YOUR INSTRUCTIONS
Each line starting at the one that contains "#26=VECTOR('',#18,1.);" and ending at the one that contains "#32=CARTESIAN_POINT('',(1690.975171,75.928714,-3.));" must be returned exactly, and the rest of the listing is left out.

AVAILABLE DATA
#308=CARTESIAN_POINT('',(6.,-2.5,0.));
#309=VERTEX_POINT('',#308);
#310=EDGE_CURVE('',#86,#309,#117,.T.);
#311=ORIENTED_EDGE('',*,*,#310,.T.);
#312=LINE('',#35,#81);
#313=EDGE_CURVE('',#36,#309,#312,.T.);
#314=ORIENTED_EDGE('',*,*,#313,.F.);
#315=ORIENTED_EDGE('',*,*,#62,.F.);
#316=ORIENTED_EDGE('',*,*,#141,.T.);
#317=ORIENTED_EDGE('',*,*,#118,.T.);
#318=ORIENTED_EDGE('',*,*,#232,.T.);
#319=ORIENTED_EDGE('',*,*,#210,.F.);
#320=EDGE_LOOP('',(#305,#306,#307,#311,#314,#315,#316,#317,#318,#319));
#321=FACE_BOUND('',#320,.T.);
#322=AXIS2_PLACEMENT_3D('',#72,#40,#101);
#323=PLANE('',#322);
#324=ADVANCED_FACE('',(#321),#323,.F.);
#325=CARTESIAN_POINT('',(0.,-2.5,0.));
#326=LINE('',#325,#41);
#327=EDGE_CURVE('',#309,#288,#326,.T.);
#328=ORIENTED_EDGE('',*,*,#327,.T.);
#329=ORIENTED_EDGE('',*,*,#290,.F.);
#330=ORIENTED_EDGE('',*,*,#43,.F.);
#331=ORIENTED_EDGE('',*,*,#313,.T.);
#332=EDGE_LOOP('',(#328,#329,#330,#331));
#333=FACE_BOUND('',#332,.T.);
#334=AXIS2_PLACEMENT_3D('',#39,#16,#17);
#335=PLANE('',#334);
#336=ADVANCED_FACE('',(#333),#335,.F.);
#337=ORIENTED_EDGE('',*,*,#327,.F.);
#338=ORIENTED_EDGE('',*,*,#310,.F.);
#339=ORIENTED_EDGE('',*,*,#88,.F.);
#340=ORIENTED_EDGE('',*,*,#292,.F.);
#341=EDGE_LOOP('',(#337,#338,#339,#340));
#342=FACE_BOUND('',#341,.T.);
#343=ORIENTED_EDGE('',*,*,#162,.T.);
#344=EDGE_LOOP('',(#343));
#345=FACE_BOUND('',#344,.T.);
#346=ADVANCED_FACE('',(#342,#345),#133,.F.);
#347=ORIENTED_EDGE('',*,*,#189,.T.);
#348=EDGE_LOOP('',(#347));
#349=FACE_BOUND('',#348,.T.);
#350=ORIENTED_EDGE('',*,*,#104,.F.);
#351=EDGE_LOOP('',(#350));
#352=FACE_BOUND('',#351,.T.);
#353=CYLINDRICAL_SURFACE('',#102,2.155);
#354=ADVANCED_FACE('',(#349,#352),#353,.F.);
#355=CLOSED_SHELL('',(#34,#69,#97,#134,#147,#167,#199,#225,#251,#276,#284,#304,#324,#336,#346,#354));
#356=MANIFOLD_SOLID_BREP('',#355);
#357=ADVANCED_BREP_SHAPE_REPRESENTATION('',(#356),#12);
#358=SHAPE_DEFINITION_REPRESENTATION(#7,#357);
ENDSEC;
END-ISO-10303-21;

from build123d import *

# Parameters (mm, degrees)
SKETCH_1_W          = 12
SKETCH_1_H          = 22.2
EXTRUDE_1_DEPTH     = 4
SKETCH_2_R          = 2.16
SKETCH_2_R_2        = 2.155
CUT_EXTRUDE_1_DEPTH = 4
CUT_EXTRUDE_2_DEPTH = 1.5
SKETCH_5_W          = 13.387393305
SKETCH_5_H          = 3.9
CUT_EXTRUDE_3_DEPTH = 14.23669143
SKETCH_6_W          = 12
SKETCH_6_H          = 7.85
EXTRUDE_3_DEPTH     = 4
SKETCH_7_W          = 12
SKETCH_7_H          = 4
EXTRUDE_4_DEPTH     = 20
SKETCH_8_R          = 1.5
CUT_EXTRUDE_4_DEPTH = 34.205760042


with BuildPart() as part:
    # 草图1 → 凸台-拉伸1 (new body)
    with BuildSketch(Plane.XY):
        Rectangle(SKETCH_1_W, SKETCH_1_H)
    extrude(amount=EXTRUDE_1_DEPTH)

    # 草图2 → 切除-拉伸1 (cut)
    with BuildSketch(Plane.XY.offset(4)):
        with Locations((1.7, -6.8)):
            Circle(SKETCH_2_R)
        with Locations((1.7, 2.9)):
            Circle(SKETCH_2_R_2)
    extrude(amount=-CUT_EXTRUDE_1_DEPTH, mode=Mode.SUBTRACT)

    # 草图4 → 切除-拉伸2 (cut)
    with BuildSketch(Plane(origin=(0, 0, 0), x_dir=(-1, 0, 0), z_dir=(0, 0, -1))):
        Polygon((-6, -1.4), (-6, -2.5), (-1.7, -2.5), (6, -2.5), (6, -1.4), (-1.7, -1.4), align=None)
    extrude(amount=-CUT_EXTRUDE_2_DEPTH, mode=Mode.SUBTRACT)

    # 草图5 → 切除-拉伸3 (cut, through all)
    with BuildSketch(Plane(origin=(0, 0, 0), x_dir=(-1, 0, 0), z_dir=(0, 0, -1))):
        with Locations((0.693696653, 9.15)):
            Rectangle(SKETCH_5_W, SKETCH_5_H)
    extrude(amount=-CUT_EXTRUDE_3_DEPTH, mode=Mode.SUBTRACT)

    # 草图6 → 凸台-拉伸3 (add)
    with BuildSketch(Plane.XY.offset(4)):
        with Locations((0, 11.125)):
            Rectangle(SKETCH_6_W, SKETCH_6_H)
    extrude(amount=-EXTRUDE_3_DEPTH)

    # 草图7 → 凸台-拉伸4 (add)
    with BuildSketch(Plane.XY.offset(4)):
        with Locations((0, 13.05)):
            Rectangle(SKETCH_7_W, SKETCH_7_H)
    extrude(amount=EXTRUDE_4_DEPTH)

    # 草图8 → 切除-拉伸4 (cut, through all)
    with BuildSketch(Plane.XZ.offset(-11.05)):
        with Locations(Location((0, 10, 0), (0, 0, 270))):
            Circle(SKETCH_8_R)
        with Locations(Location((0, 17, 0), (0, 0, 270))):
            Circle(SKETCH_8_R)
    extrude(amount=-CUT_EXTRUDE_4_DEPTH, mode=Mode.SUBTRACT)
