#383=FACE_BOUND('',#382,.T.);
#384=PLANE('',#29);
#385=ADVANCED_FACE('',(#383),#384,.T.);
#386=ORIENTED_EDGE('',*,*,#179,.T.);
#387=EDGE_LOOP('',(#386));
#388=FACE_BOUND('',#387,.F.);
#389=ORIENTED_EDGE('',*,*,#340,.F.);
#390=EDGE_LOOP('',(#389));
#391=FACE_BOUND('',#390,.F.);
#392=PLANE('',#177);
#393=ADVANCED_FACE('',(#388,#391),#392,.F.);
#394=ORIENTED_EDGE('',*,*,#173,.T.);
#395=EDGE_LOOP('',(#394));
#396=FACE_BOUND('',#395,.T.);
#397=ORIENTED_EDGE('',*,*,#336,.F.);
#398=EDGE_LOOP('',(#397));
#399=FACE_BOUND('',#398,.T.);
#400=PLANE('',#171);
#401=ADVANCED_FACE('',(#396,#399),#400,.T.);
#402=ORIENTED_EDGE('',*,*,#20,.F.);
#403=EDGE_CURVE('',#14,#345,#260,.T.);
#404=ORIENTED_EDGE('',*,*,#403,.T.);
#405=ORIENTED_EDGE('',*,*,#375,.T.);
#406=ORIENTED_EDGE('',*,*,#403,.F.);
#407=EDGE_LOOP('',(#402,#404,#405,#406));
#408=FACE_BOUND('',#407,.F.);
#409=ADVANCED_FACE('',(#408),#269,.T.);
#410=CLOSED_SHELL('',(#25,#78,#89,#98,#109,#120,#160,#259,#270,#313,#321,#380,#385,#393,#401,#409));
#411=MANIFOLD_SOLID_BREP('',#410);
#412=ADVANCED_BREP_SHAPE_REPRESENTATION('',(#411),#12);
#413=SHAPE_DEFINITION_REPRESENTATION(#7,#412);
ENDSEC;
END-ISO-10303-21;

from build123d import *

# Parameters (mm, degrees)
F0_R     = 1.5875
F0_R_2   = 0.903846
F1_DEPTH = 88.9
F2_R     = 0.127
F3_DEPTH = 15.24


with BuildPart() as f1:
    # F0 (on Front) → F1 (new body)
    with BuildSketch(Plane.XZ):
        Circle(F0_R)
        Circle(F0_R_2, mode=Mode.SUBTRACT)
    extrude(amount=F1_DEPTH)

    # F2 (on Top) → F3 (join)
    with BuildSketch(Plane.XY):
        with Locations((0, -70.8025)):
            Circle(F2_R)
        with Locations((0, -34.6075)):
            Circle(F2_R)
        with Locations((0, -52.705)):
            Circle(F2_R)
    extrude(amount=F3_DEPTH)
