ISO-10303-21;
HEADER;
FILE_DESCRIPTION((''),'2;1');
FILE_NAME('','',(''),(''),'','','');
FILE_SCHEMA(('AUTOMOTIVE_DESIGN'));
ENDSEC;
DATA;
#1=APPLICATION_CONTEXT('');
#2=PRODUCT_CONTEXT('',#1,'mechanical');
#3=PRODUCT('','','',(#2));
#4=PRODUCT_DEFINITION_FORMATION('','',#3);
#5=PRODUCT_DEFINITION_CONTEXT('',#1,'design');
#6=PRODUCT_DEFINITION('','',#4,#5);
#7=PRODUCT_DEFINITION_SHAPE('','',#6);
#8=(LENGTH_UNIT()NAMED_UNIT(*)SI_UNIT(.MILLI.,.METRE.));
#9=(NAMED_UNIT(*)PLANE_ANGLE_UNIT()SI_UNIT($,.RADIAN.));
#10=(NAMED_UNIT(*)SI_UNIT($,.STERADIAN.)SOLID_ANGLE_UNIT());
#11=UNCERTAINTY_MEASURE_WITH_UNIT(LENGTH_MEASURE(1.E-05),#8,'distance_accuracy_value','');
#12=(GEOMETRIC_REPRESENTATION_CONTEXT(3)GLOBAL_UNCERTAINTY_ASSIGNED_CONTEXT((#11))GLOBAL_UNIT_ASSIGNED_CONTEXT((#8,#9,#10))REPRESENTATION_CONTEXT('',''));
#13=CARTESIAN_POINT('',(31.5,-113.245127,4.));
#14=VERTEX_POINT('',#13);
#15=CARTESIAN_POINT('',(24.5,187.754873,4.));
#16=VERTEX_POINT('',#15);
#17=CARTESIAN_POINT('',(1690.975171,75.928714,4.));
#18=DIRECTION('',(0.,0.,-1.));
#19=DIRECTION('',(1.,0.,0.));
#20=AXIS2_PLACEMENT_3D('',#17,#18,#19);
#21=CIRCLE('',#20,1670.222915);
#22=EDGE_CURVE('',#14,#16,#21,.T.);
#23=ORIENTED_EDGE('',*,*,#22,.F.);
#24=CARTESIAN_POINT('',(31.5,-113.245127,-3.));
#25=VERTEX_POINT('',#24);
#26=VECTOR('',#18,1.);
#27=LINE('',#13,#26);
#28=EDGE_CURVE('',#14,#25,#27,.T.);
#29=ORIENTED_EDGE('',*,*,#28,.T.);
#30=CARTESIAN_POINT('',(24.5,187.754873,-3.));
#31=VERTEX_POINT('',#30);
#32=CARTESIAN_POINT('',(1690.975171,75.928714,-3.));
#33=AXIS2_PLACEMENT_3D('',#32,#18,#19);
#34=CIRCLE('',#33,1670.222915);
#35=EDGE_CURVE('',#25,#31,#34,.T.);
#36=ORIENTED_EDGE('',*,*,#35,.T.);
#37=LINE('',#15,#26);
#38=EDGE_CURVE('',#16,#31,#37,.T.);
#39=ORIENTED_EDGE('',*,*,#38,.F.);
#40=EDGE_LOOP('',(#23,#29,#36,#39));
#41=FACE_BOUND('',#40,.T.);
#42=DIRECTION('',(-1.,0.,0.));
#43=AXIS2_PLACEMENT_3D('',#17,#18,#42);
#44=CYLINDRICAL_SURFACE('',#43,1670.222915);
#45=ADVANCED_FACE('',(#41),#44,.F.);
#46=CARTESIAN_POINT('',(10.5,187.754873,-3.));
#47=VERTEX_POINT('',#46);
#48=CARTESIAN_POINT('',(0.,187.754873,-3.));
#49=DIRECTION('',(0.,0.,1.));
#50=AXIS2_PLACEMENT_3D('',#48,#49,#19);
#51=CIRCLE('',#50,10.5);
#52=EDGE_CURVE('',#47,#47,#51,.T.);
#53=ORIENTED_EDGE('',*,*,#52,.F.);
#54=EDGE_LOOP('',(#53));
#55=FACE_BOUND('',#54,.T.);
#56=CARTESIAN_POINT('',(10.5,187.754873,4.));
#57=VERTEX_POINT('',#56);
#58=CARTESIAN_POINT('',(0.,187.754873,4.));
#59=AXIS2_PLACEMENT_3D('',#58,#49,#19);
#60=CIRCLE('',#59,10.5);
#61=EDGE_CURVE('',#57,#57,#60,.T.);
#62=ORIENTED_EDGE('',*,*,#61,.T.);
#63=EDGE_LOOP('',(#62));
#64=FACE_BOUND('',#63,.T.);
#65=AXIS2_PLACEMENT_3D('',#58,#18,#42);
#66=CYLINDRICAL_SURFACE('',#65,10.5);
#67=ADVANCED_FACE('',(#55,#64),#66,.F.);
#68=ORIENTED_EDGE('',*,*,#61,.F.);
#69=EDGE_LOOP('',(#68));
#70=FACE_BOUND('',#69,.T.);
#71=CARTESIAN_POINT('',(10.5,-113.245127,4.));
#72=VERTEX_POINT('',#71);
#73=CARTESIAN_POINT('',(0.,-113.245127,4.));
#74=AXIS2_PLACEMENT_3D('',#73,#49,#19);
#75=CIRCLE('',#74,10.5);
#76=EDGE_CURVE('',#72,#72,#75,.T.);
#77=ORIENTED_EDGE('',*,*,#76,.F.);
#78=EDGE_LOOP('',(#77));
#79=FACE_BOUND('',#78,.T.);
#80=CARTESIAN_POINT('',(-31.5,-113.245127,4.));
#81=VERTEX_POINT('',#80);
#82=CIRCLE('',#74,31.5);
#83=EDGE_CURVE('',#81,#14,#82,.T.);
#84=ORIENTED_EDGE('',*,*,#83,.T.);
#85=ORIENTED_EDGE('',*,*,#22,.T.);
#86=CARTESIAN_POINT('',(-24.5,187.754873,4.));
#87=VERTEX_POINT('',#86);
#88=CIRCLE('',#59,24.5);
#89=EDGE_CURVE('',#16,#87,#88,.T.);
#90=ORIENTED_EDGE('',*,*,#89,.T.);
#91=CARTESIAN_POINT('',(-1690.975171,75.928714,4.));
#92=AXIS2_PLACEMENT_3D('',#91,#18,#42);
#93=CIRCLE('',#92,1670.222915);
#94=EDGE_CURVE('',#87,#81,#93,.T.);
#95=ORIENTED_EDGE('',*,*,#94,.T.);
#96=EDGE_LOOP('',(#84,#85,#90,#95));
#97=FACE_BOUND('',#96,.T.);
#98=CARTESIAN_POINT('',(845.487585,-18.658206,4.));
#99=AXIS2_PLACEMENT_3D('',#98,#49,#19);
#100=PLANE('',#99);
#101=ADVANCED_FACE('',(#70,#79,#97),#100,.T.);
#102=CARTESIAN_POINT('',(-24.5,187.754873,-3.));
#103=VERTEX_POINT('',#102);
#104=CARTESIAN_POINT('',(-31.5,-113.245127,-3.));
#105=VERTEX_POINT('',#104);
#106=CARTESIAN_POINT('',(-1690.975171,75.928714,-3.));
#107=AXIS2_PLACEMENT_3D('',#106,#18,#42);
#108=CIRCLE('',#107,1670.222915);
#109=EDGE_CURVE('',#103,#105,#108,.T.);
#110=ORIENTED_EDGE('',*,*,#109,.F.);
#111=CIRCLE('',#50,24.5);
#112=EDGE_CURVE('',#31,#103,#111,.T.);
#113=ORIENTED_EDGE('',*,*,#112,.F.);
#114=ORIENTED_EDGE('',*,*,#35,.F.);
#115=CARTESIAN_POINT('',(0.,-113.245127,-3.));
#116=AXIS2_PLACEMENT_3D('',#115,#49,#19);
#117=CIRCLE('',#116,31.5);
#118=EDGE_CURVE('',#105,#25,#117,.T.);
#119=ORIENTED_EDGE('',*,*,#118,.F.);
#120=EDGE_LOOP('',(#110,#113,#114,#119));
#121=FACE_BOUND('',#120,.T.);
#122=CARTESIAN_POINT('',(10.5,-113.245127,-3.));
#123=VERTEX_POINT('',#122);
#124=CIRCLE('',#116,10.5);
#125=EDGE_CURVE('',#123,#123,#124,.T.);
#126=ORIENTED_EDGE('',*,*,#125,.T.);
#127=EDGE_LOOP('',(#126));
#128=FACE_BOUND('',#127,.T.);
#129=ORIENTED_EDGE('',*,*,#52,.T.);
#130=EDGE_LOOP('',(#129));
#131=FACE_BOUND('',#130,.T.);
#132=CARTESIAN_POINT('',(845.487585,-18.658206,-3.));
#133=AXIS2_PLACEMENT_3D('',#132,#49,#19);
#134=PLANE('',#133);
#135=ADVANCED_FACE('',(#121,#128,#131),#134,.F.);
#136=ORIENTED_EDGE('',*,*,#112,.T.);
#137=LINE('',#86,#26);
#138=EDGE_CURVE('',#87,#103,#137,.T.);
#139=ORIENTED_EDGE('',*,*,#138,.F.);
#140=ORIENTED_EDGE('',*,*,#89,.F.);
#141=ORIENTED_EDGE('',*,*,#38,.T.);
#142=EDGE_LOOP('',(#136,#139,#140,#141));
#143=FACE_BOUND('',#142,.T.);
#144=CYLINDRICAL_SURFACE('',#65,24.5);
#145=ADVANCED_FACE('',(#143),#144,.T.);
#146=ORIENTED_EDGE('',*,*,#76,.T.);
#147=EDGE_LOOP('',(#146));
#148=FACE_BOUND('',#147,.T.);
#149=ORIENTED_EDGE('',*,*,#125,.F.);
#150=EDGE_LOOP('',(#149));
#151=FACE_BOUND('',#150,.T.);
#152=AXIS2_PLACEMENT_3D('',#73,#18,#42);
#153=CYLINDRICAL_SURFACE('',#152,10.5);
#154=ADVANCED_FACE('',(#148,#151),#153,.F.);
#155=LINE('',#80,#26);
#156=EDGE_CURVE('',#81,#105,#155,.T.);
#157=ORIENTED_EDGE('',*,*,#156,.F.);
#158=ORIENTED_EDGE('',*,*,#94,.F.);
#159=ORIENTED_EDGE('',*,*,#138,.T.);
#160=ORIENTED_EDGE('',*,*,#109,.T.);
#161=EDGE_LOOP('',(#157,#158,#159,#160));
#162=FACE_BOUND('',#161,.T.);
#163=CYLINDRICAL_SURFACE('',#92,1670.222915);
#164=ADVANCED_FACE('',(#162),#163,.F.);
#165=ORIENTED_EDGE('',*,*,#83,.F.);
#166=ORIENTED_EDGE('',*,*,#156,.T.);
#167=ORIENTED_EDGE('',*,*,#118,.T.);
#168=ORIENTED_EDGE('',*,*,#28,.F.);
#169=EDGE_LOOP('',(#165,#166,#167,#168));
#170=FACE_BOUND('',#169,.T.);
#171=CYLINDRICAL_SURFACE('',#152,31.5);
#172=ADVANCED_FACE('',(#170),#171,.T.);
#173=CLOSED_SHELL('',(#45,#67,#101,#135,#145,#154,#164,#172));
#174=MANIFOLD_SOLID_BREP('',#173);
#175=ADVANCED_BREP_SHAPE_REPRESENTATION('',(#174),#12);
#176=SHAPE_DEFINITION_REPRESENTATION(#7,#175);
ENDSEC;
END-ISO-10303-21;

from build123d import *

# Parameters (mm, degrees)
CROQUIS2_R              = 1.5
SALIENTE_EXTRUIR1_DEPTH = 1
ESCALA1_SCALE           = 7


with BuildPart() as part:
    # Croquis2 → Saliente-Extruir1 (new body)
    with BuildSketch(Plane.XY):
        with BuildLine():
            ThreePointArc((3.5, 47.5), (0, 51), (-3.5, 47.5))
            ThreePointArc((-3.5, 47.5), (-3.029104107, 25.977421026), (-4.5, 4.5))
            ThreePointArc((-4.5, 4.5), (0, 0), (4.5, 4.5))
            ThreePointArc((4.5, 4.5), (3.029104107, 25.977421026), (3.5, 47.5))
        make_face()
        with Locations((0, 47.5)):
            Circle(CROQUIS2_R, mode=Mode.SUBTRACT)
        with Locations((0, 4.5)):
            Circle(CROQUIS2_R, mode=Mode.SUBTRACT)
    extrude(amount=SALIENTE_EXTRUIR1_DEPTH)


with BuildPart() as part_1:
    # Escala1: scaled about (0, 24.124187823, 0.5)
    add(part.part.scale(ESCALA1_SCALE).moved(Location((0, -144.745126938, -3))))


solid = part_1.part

SOLUTION TO THIS PROBLEM
#26=VECTOR('',#18,1.);
#27=LINE('',#13,#26);
#28=EDGE_CURVE('',#14,#25,#27,.T.);
#29=ORIENTED_EDGE('',*,*,#28,.T.);
#30=CARTESIAN_POINT('',(24.5,187.754873,-3.));
#31=VERTEX_POINT('',#30);
#32=CARTESIAN_POINT('',(1690.975171,75.928714,-3.));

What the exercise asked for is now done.